Из размышлений его вырвал голос Яакова:
— Нет, я не знал, кто она, даже подумать не мог. Я заметил, что она красивая, но выглядела много старше его. «Еще одна дамочка», — подумал я, когда увидел у нее на пальце обручальное кольцо. Нет, не спрашивайте, как это я так сразу все заметил… Ну, в общем, я не хотел поднимать шум. Ему чуть за восемнадцать, и вообще он как с цепи срывался, если вы говорили ему что-нибудь, чего он не хотел слышать. Я лег спать и ничего не сказал ему утром. Но через несколько дней — вы не поверите! — я был в банке, стоял в очереди, и тут я узнал эту женщину — она стояла впереди меня, кассир был новый, она депонировала чеки, и он спросил, на чье имя их зачислить. Она назвала имя, тут я сложил два и два и чуть в обморок не упал — я ведь знал имя его психотерапевта и понял, что это она и есть. Вернувшись домой, я спросил его насчет его терапевтических сеансов, потому что он говорил мне, что больше их не посещает, и это настоящая катастрофа, в армию его не взяли, а теперь он не ест, не спит и вообще выглядит как тень. Вот я и спросил его, когда он собирается возобновить сеансы, а он сказал — никогда, ему это больше не нужно. Но он ведь ходил как заторможенный, пропускал занятия и все время задавал мне вопросы про лекарства и всякие такие психованные вещи. Его отец мне звонил, хотел знать, почему Элиша не пишет и что с ним такое творится. Случались дни, когда он не понимал, что находится у себя дома, вообще не осознавал, на каком он свете, и в конце концов я понял, что он сходит с ума. Вот тогда я и решил пойти и поговорить с доктором Нейдорф, потому что это она направила его в лечебницу, значит, она несла ответственность, правда?

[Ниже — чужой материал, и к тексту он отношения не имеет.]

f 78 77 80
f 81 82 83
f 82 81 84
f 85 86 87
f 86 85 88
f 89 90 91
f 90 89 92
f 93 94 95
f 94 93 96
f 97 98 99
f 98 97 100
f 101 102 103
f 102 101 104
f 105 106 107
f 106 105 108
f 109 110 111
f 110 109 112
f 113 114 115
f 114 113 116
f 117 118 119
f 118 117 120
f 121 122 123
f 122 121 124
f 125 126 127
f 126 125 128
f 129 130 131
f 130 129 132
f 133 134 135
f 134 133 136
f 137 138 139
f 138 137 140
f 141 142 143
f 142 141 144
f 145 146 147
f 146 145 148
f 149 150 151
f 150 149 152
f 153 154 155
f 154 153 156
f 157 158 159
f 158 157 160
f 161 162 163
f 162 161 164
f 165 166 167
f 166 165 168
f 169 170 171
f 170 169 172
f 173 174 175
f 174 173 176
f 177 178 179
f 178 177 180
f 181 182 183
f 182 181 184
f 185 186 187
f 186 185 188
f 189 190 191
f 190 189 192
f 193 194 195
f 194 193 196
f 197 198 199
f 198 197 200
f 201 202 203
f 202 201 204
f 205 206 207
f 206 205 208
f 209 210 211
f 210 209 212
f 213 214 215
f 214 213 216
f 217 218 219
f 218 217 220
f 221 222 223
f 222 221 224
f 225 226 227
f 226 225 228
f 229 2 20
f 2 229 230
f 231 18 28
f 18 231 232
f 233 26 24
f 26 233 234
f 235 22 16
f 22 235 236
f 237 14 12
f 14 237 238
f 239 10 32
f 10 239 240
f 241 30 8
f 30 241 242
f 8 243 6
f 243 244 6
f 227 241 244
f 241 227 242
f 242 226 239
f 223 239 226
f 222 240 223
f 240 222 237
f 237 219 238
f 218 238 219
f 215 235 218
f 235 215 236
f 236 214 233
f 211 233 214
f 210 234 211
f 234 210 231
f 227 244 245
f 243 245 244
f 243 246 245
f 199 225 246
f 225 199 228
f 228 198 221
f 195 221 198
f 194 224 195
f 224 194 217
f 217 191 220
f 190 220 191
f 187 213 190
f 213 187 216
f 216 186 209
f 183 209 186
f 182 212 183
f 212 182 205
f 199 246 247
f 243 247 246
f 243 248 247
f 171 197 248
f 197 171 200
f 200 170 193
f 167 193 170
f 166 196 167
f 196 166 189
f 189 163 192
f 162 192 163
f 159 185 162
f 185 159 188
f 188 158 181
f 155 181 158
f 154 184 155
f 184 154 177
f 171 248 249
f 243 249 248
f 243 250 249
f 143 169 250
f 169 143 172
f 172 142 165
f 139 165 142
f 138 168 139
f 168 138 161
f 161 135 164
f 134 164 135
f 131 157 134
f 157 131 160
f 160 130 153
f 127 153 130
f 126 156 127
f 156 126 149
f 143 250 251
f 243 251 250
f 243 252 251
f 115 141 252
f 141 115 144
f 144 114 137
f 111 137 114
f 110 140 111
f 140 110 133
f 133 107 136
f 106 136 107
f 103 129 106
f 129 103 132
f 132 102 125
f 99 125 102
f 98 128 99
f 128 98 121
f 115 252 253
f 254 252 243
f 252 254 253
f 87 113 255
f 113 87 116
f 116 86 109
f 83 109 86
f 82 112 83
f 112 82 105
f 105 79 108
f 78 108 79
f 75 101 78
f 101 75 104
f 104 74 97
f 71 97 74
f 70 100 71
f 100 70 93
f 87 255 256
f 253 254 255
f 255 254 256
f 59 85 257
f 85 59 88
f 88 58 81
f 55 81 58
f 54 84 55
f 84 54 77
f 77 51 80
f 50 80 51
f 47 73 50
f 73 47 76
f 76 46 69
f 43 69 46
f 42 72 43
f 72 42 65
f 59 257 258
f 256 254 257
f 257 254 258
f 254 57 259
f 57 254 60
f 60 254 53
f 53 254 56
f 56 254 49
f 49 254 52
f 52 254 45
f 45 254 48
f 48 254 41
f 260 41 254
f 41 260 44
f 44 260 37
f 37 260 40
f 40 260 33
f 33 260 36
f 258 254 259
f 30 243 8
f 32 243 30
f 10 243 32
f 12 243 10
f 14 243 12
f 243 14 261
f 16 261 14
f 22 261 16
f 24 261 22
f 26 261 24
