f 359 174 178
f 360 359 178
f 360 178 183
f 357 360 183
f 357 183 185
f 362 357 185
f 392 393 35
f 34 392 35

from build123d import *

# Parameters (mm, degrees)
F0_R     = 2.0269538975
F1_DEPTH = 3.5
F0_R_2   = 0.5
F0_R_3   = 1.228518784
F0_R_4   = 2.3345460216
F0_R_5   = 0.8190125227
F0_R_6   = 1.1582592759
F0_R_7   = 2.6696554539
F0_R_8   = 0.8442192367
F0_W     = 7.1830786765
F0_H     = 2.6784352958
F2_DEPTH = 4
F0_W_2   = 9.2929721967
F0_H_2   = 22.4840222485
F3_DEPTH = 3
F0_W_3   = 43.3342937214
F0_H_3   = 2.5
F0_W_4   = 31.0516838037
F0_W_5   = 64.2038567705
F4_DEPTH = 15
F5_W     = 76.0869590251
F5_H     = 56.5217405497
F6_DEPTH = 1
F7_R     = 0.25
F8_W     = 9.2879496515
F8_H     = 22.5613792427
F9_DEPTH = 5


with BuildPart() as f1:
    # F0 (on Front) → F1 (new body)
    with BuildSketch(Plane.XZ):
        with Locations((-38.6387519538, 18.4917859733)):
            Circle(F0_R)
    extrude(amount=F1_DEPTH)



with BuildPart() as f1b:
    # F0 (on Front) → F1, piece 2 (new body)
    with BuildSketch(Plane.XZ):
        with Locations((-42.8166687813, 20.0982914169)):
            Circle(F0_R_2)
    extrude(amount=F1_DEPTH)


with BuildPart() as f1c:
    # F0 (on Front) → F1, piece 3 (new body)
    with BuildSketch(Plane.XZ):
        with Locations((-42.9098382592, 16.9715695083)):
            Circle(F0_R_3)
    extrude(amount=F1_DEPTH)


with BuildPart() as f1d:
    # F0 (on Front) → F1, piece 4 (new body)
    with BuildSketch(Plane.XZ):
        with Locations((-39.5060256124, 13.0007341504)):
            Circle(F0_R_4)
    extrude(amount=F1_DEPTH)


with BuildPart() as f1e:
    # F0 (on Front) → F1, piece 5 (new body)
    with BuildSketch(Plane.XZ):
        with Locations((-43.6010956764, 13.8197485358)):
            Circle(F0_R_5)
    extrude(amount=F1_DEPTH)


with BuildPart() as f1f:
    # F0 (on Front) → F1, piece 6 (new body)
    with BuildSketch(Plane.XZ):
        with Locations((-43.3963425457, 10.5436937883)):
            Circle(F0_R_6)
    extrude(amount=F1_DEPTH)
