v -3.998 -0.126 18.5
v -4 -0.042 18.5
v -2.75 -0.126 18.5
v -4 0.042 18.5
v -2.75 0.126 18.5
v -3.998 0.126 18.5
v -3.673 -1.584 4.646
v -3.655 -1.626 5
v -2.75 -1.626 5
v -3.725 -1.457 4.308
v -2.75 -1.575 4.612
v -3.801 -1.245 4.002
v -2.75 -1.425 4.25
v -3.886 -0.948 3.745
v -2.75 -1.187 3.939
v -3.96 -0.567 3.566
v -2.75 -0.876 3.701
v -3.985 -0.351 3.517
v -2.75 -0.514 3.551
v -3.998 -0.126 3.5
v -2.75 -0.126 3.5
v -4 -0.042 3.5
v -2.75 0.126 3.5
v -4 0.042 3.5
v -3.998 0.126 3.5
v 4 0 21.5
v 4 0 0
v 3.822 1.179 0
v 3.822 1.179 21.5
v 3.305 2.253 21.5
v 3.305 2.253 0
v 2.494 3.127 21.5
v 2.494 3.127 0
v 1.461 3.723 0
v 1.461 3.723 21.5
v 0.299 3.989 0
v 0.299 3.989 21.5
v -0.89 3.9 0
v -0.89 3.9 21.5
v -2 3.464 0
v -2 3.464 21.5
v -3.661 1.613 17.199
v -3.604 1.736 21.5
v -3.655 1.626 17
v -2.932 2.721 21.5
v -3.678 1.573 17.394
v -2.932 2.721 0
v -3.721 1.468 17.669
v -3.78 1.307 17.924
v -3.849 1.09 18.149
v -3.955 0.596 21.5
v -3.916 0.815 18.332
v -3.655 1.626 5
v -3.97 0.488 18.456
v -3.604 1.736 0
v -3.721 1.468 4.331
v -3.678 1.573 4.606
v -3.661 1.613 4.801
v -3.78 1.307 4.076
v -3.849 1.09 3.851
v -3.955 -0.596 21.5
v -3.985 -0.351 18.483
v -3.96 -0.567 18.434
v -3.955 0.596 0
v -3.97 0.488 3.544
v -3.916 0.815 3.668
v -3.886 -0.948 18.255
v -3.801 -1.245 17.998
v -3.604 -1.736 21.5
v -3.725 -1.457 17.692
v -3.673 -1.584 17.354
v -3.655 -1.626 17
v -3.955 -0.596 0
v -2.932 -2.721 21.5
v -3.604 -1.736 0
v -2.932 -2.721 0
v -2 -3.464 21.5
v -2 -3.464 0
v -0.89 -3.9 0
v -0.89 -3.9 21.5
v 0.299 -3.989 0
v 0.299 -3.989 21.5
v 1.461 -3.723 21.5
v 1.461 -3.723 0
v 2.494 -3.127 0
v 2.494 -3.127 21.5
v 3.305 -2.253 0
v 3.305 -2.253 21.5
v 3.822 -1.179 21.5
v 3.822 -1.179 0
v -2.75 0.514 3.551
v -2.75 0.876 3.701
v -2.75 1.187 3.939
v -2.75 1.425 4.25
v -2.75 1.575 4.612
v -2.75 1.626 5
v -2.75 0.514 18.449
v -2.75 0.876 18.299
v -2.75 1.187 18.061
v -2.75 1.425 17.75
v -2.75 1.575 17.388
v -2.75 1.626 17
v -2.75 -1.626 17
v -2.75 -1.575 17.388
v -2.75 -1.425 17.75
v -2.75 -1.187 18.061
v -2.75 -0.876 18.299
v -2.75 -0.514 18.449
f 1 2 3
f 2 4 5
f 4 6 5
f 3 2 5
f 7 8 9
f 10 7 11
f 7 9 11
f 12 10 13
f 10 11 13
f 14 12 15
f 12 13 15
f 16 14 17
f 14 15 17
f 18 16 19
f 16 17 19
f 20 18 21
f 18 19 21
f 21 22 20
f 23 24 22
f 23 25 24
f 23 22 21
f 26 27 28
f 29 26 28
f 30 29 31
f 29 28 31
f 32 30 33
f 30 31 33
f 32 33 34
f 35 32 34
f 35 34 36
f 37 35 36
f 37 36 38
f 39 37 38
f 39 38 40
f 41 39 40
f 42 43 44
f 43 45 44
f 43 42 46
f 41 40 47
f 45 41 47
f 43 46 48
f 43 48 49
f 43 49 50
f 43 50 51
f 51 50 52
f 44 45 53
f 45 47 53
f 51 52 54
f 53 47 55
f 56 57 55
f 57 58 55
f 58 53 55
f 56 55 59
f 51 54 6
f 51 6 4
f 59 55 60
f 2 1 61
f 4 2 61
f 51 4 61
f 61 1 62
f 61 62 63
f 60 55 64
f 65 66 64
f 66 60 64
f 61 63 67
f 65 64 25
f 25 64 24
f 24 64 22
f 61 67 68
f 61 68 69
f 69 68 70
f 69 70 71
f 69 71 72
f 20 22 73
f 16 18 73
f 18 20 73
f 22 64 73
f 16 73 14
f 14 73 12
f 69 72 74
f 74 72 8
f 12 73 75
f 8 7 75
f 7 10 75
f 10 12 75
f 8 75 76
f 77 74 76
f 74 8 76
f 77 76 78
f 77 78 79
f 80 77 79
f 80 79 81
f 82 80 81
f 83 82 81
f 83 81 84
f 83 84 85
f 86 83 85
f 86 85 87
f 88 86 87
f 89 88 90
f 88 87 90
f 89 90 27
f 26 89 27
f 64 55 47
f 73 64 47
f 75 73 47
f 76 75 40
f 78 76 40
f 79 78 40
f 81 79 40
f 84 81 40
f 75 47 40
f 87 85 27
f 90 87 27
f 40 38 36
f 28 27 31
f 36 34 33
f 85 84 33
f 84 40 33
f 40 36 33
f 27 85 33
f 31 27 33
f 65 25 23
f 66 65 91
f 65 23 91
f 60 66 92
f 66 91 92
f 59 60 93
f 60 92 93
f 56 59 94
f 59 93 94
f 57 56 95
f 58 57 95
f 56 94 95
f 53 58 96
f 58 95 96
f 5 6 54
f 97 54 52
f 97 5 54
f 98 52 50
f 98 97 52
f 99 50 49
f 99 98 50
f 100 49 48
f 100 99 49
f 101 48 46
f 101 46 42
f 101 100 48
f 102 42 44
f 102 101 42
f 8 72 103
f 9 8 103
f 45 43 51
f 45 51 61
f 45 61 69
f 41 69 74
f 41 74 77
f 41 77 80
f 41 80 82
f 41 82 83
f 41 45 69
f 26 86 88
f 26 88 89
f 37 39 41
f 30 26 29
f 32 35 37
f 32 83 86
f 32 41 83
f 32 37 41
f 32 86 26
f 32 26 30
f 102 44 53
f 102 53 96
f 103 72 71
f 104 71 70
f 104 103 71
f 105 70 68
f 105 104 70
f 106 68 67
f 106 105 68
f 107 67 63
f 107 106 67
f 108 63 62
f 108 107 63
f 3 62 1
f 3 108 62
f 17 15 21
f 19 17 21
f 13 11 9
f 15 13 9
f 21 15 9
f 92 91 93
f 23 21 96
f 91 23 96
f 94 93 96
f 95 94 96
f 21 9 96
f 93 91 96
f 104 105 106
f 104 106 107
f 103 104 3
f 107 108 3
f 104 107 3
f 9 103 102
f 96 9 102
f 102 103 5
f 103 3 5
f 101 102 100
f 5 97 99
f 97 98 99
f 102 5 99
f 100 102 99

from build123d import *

# Parameters (mm, degrees)
SKETCH1_R           = 4
BOSS_EXTRUDE1_DEPTH = 21.5
CUT_EXTRUDE1_START  = -3
SKETCH2_W           = 2.50000008
SKETCH2_H           = 3.251715676
CUT_EXTRUDE1_DEPTH  = 15
FILLET2_R           = 1.5
FILLET3_R           = 1.5


with BuildPart() as part:
    # Sketch1 → Boss-Extrude1 (new body)
    with BuildSketch(Plane.XY):
        Circle(SKETCH1_R)
    extrude(amount=BOSS_EXTRUDE1_DEPTH)

    # Sketch2 → Cut-Extrude1 (cut)
    with BuildSketch(Plane.XY.offset(21.5).offset(CUT_EXTRUDE1_START)):
        with Locations((-4, 0)):
            Rectangle(SKETCH2_W, SKETCH2_H)
    extrude(amount=-CUT_EXTRUDE1_DEPTH, mode=Mode.SUBTRACT)

    # Fillet2
    fillet2_edges = [part.edges().sort_by_distance(p)[0] for p in [
        (-3.202333166, -1.625857838, 3.5),
        (-3.202333166, 1.625857838, 3.5),
    ]]
    fillet(fillet2_edges, radius=FILLET2_R)

    # Fillet3
    fillet3_edges = [part.edges().sort_by_distance(p)[0] for p in [
        (-3.202333166, 1.625857838, 18.5),
        (-3.202333166, -1.625857838, 18.5),
    ]]
    fillet(fillet3_edges, radius=FILLET3_R)


solid = part.part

Голд потер бровь и глянул на Михаэля, который сунул руку в карман рубашки и коснулся маленькой квадратной коробочки. Да это же диктофон, подумал Голд; точно такой же был у его приятеля-репортера!
— Что случилось у доктора Нейдорф?
Вопрос Михаэля вызвал новый словесный поток. Когда он позвонил Нейдорф, сказал Яаков, и объяснил, кто он такой, она предложила привести к ней Элишу или сделать так, чтобы он позвонил ей.